Have music, will travel

Well, you either missed the Sasquatch Festival over Memorial Weekend or you didn’t. Either way, not having that to look forward to is bound to drastically alter your summer music festival plans.

While there won’t be anything else coming through town with a lineup nearly as impressive, that may be for the best. After all, no one wants to actually stand around and watch bands play for 12 solid hours, so an airtight lineup serves no real purpose but to make you feel guilty about ignoring them while you lounge around the common areas, smoking doobies with your friends.

With this in mind, Seattle’s Bumbershoot, taking place over Labor Day weekend, is always a good choice, as the schedule generally provides a good four hours of downtime between anything worth your attention. This year’s lineup is bringing De La Soul, the Black Heart Procession and Wilco along with vast numbers of lesser acts, such as the Shins, has-beens like Donovan and a growing number of non-music events, such as the always-dependable One Reel Film Festival, a DJ/MC competition and a ‘zine-making workshop randomly hosted by Starbucks.

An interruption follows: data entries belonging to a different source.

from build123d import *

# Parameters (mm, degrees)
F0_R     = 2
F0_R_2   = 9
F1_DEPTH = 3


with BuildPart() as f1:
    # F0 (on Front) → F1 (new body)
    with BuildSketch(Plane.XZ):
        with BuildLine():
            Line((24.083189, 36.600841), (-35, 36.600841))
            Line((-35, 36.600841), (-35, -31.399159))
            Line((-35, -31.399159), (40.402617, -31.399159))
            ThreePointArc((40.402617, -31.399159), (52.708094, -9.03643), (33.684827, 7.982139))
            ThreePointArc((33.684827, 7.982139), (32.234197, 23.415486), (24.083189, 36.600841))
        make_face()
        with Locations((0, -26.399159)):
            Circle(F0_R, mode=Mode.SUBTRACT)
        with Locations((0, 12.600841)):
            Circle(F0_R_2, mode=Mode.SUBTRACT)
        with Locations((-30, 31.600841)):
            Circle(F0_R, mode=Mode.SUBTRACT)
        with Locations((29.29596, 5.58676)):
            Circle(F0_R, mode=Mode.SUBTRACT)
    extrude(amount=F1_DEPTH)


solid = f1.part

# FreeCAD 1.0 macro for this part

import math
import FreeCAD as App
import Part
import Sketcher

doc = App.newDocument("Part")
body = doc.addObject("PartDesign::Body", "Body")

# Sketch on XZ plane
sketch1 = body.newObject("Sketcher::SketchObject", "Sketch")
sketch1.AttachmentSupport = (doc.getObject("XZ_Plane"), [""])
sketch1.MapMode = "FlatFace"
sketch1.addGeometry(Part.LineSegment(App.Vector(24.1, 36.6, 0), App.Vector(-35, 36.6, 0)), False)
sketch1.addGeometry(Part.LineSegment(App.Vector(-35, 36.6, 0), App.Vector(-35, -31.4, 0)), False)
sketch1.addGeometry(Part.LineSegment(App.Vector(-35, -31.4, 0), App.Vector(40.4, -31.4, 0)), False)
sketch1.addGeometry(Part.ArcOfCircle(Part.Circle(App.Vector(32.5, -12.5, 0), App.Vector(0, 0, 1), 20.5), math.radians(-67), math.radians(87)), False)
sketch1.addGeometry(Part.ArcOfCircle(Part.Circle(App.Vector(0, 12.6, 0), App.Vector(0, 0, 1), 34), math.radians(-8), math.radians(45)), False)
sketch1.addGeometry(Part.Circle(App.Vector(0, -26.4, 0), App.Vector(0, 0, 1), 2), False)
sketch1.addGeometry(Part.Circle(App.Vector(-30, 31.6, 0), App.Vector(0, 0, 1), 2), False)
sketch1.addGeometry(Part.Circle(App.Vector(0, 12.6, 0), App.Vector(0, 0, 1), 9), False)
sketch1.addGeometry(Part.Circle(App.Vector(29.3, 5.6, 0), App.Vector(0, 0, 1), 2), False)
sketch1.addConstraint(Sketcher.Constraint("Coincident", 0, 2, 1, 1))
sketch1.addConstraint(Sketcher.Constraint("Coincident", 1, 2, 2, 1))
sketch1.addConstraint(Sketcher.Constraint("Coincident", 2, 2, 3, 1))
sketch1.addConstraint(Sketcher.Constraint("Coincident", 3, 2, 4, 1))
sketch1.addConstraint(Sketcher.Constraint("Coincident", 4, 2, 0, 1))
sketch1.addConstraint(Sketcher.Constraint("Horizontal", 0))
sketch1.addConstraint(Sketcher.Constraint("Vertical", 1))
sketch1.addConstraint(Sketcher.Constraint("Horizontal", 2))
sketch1.addConstraint(Sketcher.Constraint("Coincident", 7, 3, 4, 3))
sketch1.addConstraint(Sketcher.Constraint("Equal", 5, 6))
sketch1.addConstraint(Sketcher.Constraint("Equal", 6, 8))
sketch1.addConstraint(Sketcher.Constraint("PointOnObject", 5, 3, -2))
sketch1.addConstraint(Sketcher.Constraint("PointOnObject", 7, 3, -2))
sketch1.addConstraint(Sketcher.Constraint("Diameter", 5, 4.0))
sketch1.addConstraint(Sketcher.Constraint("Diameter", 7, 18.0))
sketch1.addConstraint(Sketcher.Constraint("Radius", 3, 20.5))
sketch1.addConstraint(Sketcher.Constraint("DistanceY", 1, 2, 1, 1, 68.0))
sketch1.addConstraint(Sketcher.Constraint("DistanceX", 6, 3, -1, 1, 30.0))
sketch1.addConstraint(Sketcher.Constraint("DistanceX", 0, 2, -1, 1, 35.0))
sketch1.addConstraint(Sketcher.Constraint("DistanceY", 5, 3, 4, 3, 39.000001))
sketch1.addConstraint(Sketcher.Constraint("DistanceY", 4, 3, 6, 3, 18.999999))
sketch1.addConstraint(Sketcher.Constraint("DistanceY", 6, 3, 0, 2, 5.0))
sketch1.addConstraint(Sketcher.Constraint("DistanceX", -1, 1, 3, 3, 32.5))
sketch1.addConstraint(Sketcher.Constraint("Radius", 4, 33.999998))
sketch1.addConstraint(Sketcher.Constraint("DistanceX", 2, 1, 2, 2, 75.402617))
sketch1.addConstraint(Sketcher.Constraint("DistanceY", 5, 3, -1, 1, 26.399159))
sketch1.addConstraint(Sketcher.Constraint("DistanceX", -1, 1, 8, 3, 29.29596))
sketch1.addConstraint(Sketcher.Constraint("DistanceY", -1, 1, 8, 3, 5.58676))
pad1 = body.newObject("PartDesign::Pad", "Pad")
pad1.Profile = sketch1
pad1.Length = 3

doc.recompute()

Despite the charm of Bumbershoot, a festival isn’t the same without some road-tripping involved, and what’s a drive to Seattle? That’s like eschewing the Plaid Pantry on the corner for the 7-11 down the street. A drive up to the Gorge in Eastern Washington is a little better, but for the serious festival connoisseur, a trip to the Midwest is in order.

This year’s Krazyfest, taking place over three days in beautiful Louisville, Ky., features nearly 40 bands, ranging from the metallic hardcore of Burnt by the Sun and the relentless thrash of Planes Mistaken for Stars to the bouncy retro-pop of Reggie and the Full Effect.


However, not everyone is willing to go to such great lengths for quality music. The Warped Tour, playing Portland on July 6, understands this and, taking a hint from Pizza Hut, realizes that mediocrity is perfectly acceptable as long as it is delivered to your doorstep. Tour veterans Rancid, who really grew beyond the narrow scope of Warped long before they were even a part of it, will be headlining along with some mid-’90s peers who have aged a bit less gracefully. The lineup on the subsidiary stages is a little more interesting, providing token “eclecticism” in the brilliant but severely misplaced Talib Kweli, whose subtle, poetic lyricism may be lost on the underdeveloped Warped Tour crowd, and Andrew WK, about whose performance I am content not even imagining the audience’s testy response.

A better idea than this festival would be to just go see Anatomy of a Ghost play the Meow-Meow some time, where the energy and charm of youthful punk rockers will be in full display without the accompanying specter of commercialism that pervades the Warped Tour experience.

After contemplating festivals as lifestyle-specific as the last two, it brings great joy to be able to introduce that which needs no introduction, Portland’s own Rose Festival.

Already in progress, the sprawling event, or series of events, as there seems to be no real logic to them being grouped together, continues through the summer, ending with the U.S. Women’s Open Championship on July 6.

During this time, events as disparate as the Portland-Kaohsiung Sister City Association Dragon Boat Races, featuring local, national and international teams, and the Key Bank Starlight Run, a 3.1-mile “fun-run” that doubles as a costume contest, take place.

While the official concert series provided by the festival’s promoters is a predictable drag, a quality soundtrack to the affair will be provided by performers at the World Rhythms Stage, whose influence may, hopefully, inspire main-stage acts like the Gin Blossoms (somehow claiming relevancy despite the absence of deceased singer/guitarist Doug Hopkins) and Emerson Drive to actually put some soul into their own performances or quit the game altogether.

New to the festival this year is the Wild Science Pavilion. Anyone who remembers what science was like before the introduction of mathematics ruined it for everyone should be sure to take their kids, nieces, nephews or whoever they are baby-sitting to this exhibit and enjoy the hands-on “edutainment” it offers.

After all, there will be plenty of summer to spend bored and tired at Ozzfest, Lollapalooza or whichever music festival best suits you taste, so you may as well spend one day with the family at the delightfully random festival that we call our own.